Weil Menschen wenig über Igel wissen, muss Gudrun Martin oft klarstellen, was nach Art der Igel ist und was nicht.

Nach wie vor sei unbekannt, dass Igelmuttis ihre Kinder nicht mehr annehmen, wenn sie von Menschen angefasst wurden. Auch, das Wissen darum, dass der Igel ein Dämmerungs- und Nachttier ist, sei erstaunlich wenig verbreitet: "Deshalb kommt es vor, dass wir um Mitternacht einen Anruf erhalten, weil einem Spaziergänger ein Igel über den Weg lief." Über solche Anrufe ärgert sich Gudrun Martin sehr. Denn ihr Schlaf ist kostbar. Viel Ruhe hat sie nicht, müssen doch die kleinen Igel auch nachts alle drei Stunden gefüttert werden.

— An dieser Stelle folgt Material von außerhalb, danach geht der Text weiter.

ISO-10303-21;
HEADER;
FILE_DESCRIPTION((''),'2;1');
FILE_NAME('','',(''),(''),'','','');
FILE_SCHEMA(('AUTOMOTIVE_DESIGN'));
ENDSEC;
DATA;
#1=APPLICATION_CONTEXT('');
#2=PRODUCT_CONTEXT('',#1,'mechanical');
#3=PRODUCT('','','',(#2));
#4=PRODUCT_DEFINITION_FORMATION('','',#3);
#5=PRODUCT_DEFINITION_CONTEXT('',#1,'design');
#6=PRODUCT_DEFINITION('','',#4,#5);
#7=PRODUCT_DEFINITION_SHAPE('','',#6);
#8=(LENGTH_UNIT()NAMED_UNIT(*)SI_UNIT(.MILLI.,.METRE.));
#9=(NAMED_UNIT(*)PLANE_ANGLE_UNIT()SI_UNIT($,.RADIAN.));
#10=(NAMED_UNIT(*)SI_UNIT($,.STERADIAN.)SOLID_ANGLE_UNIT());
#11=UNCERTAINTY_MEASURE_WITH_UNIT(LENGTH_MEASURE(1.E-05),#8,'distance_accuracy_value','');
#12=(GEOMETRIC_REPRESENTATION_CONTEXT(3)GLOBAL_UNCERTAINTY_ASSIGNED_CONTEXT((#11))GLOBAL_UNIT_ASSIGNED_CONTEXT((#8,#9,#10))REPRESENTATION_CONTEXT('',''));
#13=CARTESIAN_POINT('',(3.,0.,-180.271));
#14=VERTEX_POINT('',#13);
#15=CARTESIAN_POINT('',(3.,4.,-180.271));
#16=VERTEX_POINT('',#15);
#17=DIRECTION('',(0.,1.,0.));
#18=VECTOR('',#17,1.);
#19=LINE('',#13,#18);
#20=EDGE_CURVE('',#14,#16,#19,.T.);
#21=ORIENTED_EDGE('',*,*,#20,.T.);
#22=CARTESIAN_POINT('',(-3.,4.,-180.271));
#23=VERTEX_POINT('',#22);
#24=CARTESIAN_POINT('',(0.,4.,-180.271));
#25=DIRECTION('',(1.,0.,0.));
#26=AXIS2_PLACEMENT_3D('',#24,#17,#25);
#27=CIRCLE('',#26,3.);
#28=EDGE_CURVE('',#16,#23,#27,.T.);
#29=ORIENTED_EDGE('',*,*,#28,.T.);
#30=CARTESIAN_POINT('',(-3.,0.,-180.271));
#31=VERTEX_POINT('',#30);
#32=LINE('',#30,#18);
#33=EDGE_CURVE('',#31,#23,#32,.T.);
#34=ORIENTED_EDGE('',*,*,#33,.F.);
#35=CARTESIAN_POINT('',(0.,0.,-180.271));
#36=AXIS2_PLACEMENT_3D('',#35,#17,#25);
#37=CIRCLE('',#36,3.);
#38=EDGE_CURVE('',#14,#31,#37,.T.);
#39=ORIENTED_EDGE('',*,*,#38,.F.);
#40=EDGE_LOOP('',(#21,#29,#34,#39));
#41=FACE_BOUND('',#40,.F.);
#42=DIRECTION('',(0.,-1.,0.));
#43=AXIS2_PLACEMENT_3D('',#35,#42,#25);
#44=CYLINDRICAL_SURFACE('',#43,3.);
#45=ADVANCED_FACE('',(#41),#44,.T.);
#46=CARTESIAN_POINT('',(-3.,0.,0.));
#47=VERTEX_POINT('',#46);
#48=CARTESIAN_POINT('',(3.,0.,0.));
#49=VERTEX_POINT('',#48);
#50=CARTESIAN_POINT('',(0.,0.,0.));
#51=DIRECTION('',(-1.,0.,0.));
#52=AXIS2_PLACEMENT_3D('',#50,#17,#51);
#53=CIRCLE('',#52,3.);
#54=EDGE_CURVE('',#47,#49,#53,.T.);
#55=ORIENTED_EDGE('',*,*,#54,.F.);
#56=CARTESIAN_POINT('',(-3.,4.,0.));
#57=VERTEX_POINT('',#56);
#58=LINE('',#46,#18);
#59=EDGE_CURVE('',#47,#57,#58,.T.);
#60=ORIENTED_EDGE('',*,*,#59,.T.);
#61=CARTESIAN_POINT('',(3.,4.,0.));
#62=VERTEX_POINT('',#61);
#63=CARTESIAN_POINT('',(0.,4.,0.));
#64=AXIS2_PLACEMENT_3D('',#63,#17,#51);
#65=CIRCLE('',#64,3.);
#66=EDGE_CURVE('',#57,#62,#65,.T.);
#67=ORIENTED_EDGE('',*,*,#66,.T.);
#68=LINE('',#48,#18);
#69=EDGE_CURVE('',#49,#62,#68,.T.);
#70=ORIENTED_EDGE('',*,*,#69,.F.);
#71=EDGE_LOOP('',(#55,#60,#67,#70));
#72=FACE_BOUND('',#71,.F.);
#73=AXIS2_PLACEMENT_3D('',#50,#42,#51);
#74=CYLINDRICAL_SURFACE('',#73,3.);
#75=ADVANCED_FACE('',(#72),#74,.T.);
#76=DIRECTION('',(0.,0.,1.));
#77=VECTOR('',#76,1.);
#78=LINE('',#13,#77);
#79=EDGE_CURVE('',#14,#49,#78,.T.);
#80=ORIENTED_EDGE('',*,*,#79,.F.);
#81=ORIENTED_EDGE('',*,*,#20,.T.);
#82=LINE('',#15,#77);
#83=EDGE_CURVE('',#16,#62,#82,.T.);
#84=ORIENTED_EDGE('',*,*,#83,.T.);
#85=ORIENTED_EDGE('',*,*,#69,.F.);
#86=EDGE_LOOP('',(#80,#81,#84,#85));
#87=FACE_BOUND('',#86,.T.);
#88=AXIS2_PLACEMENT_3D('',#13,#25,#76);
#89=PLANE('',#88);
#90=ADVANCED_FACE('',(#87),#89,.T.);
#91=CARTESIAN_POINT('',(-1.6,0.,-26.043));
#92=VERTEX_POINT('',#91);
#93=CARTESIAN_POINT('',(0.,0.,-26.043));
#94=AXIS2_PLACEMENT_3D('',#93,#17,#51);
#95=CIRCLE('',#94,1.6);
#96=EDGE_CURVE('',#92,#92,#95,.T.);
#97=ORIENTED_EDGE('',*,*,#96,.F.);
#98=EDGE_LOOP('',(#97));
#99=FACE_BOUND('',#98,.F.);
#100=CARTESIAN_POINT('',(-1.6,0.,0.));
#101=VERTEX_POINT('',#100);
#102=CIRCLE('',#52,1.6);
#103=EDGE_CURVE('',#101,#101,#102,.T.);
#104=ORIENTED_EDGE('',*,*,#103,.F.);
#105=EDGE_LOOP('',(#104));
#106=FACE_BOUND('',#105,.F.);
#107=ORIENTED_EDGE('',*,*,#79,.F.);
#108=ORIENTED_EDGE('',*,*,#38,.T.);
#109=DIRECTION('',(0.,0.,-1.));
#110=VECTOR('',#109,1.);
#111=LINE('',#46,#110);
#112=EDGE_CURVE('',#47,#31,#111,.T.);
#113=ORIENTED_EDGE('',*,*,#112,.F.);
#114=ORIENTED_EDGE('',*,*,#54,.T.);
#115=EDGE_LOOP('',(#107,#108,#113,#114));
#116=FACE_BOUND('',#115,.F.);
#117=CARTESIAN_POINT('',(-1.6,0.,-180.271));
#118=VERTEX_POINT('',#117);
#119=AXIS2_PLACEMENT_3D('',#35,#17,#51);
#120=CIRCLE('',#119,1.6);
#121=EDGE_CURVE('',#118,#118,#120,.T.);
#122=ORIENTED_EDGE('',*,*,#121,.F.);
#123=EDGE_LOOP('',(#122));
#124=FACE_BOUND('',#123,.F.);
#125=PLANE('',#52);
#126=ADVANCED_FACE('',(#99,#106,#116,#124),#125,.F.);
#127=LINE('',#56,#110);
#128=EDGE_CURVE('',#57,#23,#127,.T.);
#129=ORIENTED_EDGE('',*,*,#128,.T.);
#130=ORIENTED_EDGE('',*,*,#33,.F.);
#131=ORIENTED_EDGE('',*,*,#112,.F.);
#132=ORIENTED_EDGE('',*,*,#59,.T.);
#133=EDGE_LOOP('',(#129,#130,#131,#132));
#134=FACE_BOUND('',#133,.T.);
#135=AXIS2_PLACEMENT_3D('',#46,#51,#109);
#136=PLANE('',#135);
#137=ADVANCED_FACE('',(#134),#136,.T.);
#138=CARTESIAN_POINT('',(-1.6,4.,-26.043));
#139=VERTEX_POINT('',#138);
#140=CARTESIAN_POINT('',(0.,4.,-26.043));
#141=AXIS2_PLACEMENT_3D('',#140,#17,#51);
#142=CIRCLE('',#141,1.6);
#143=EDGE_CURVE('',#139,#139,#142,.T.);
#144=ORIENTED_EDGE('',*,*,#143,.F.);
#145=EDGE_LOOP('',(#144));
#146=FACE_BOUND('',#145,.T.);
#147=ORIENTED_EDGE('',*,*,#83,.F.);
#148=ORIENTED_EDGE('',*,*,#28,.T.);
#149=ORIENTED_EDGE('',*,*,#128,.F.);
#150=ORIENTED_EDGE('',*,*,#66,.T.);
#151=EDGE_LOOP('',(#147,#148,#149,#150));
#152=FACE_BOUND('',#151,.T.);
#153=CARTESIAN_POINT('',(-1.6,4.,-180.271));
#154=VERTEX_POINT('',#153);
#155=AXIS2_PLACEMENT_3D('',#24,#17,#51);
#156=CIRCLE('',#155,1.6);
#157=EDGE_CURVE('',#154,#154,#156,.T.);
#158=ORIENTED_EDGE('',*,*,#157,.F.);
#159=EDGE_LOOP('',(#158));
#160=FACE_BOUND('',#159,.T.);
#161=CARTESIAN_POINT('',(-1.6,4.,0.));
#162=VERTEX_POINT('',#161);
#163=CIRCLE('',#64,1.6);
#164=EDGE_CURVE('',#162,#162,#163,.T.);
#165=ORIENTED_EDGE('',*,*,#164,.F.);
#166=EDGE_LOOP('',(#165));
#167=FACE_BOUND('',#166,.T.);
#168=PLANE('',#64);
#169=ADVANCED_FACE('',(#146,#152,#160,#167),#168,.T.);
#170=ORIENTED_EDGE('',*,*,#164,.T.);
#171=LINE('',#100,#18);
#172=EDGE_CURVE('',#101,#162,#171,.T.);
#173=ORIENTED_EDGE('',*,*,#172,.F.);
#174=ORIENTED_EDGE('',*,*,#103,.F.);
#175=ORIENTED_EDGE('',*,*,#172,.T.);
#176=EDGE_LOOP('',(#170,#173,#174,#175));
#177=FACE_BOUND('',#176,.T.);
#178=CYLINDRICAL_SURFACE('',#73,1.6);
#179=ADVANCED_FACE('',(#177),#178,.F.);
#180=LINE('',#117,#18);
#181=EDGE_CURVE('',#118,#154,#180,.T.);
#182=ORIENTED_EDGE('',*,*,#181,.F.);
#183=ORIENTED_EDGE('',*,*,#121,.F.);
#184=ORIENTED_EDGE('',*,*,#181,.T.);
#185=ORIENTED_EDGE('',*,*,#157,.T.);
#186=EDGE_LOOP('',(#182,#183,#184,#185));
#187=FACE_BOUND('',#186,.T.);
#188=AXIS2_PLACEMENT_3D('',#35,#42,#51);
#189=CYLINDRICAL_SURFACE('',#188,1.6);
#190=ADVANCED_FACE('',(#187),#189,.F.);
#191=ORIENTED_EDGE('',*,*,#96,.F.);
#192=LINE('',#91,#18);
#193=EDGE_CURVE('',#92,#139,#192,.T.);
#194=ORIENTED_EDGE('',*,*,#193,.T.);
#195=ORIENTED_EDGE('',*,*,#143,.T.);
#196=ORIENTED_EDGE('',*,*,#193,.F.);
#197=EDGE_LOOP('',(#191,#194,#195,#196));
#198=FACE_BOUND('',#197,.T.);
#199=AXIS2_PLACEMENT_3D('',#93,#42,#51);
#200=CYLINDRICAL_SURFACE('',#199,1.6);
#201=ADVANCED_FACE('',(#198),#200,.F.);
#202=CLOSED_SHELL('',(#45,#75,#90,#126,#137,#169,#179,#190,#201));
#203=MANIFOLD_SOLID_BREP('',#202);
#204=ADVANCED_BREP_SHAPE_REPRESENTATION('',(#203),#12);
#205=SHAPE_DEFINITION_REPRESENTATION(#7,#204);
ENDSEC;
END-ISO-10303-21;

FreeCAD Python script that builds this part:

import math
import FreeCAD as App
import Part
import Sketcher
from FreeCAD import Vector

doc = App.newDocument("Part")
params = doc.addObject("Spreadsheet::Sheet", "Params")
for row, (alias, value) in enumerate([
    ("sketch1_radius", "3 mm"),
    ("sketch1_diameter", "3.2 mm"),
    ("pad1_length", "4 mm"),
], start=1):
    params.set(f"A{row}", alias)
    params.set(f"B{row}", "=" + value)
    params.setAlias(f"B{row}", alias)

body = doc.addObject("PartDesign::Body", "Body")

sketch1 = body.newObject("Sketcher::SketchObject", "Sketch")
sketch1.AttachmentSupport = (doc.getObject("XZ_Plane"), [""])
sketch1.MapMode = "FlatFace"
sketch1.addGeometry(Part.LineSegment(Vector(-3, -180.271, 0), Vector(-3, 0, 0)), False)
sketch1.addGeometry(Part.ArcOfCircle(Part.Circle(Vector(0, 0, 0), Vector(0, 0, 1), 3), math.radians(0), math.radians(180)), False)
sketch1.addGeometry(Part.LineSegment(Vector(3, 0, 0), Vector(3, -180.271, 0)), False)
sketch1.addGeometry(Part.ArcOfCircle(Part.Circle(Vector(0, -180.271, 0), Vector(0, 0, 1), 3), math.radians(180), math.radians(360)), False)
sketch1.addGeometry(Part.Circle(Vector(0, -180.271, 0), Vector(0, 0, 1), 1.6), False)
sketch1.addGeometry(Part.Circle(Vector(0, -26.043, 0), Vector(0, 0, 1), 1.6), False)
sketch1.addGeometry(Part.Circle(Vector(0, 0, 0), Vector(0, 0, 1), 1.6), False)
sketch1.addConstraint(Sketcher.Constraint("Tangent", 0, 2, 1, 2))
sketch1.addConstraint(Sketcher.Constraint("Tangent", 1, 1, 2, 1))
sketch1.addConstraint(Sketcher.Constraint("Tangent", 2, 2, 3, 2))
sketch1.addConstraint(Sketcher.Constraint("Tangent", 3, 1, 0, 1))
sketch1.addConstraint(Sketcher.Constraint("Vertical", 0))
sketch1.addConstraint(Sketcher.Constraint("Vertical", 2))
sketch1.addConstraint(Sketcher.Constraint("Coincident", 1, 3, -1, 1))
sketch1.addConstraint(Sketcher.Constraint("Coincident", 6, 3, -1, 1))
sketch1.addConstraint(Sketcher.Constraint("Coincident", 4, 3, 3, 3))
sketch1.addConstraint(Sketcher.Constraint("Equal", 4, 5))
sketch1.addConstraint(Sketcher.Constraint("Equal", 5, 6))
sketch1.addConstraint(Sketcher.Constraint("PointOnObject", 5, 3, -2))
sketch1.addConstraint(Sketcher.Constraint("Radius", 1, 3.0))
sketch1.addConstraint(Sketcher.Constraint("Diameter", 4, 3.2))
sketch1.addConstraint(Sketcher.Constraint("DistanceY", 0, 1, 0, 2, 180.271))
sketch1.addConstraint(Sketcher.Constraint("DistanceY", 5, 3, -1, 1, 26.043))
sketch1.setExpression("Constraints[12]", "Params.sketch1_radius")
sketch1.setExpression("Constraints[13]", "Params.sketch1_diameter")
pad1 = body.newObject("PartDesign::Pad", "Pad")
pad1.Profile = sketch1
pad1.setExpression("Length", "Params.pad1_length")
pad1.Reversed = True

doc.recompute()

Gudrun Martin freut sich nach 22 Jahren immer noch über ein kunstvoll mit Laub und Gras ausgestopftes Igelnest unter einem Reisighaufen im Garten. Und sie kämpft unverdrossen um jeden kleinen Igel, der ihr gebracht wird. Nach wie vor schlimm ist für sie, wenn sie ein Tier zum Einschläfern bringen muss, weil es so schwer krank ist, dass eine Genesung aussichtslos erscheint: "Manchmal denke ich dann, ich mag nicht mehr." Doch von vier Igeln bringt sie im Durchschnitt drei durch. Für mehrere Wochen sind sie bei ihr zu Gast. Bis sie mindestens 400 Gramm wiegen. Dann werden sie, ein kleines bisschen wehmütig, in die Igelfreiheit entlassen.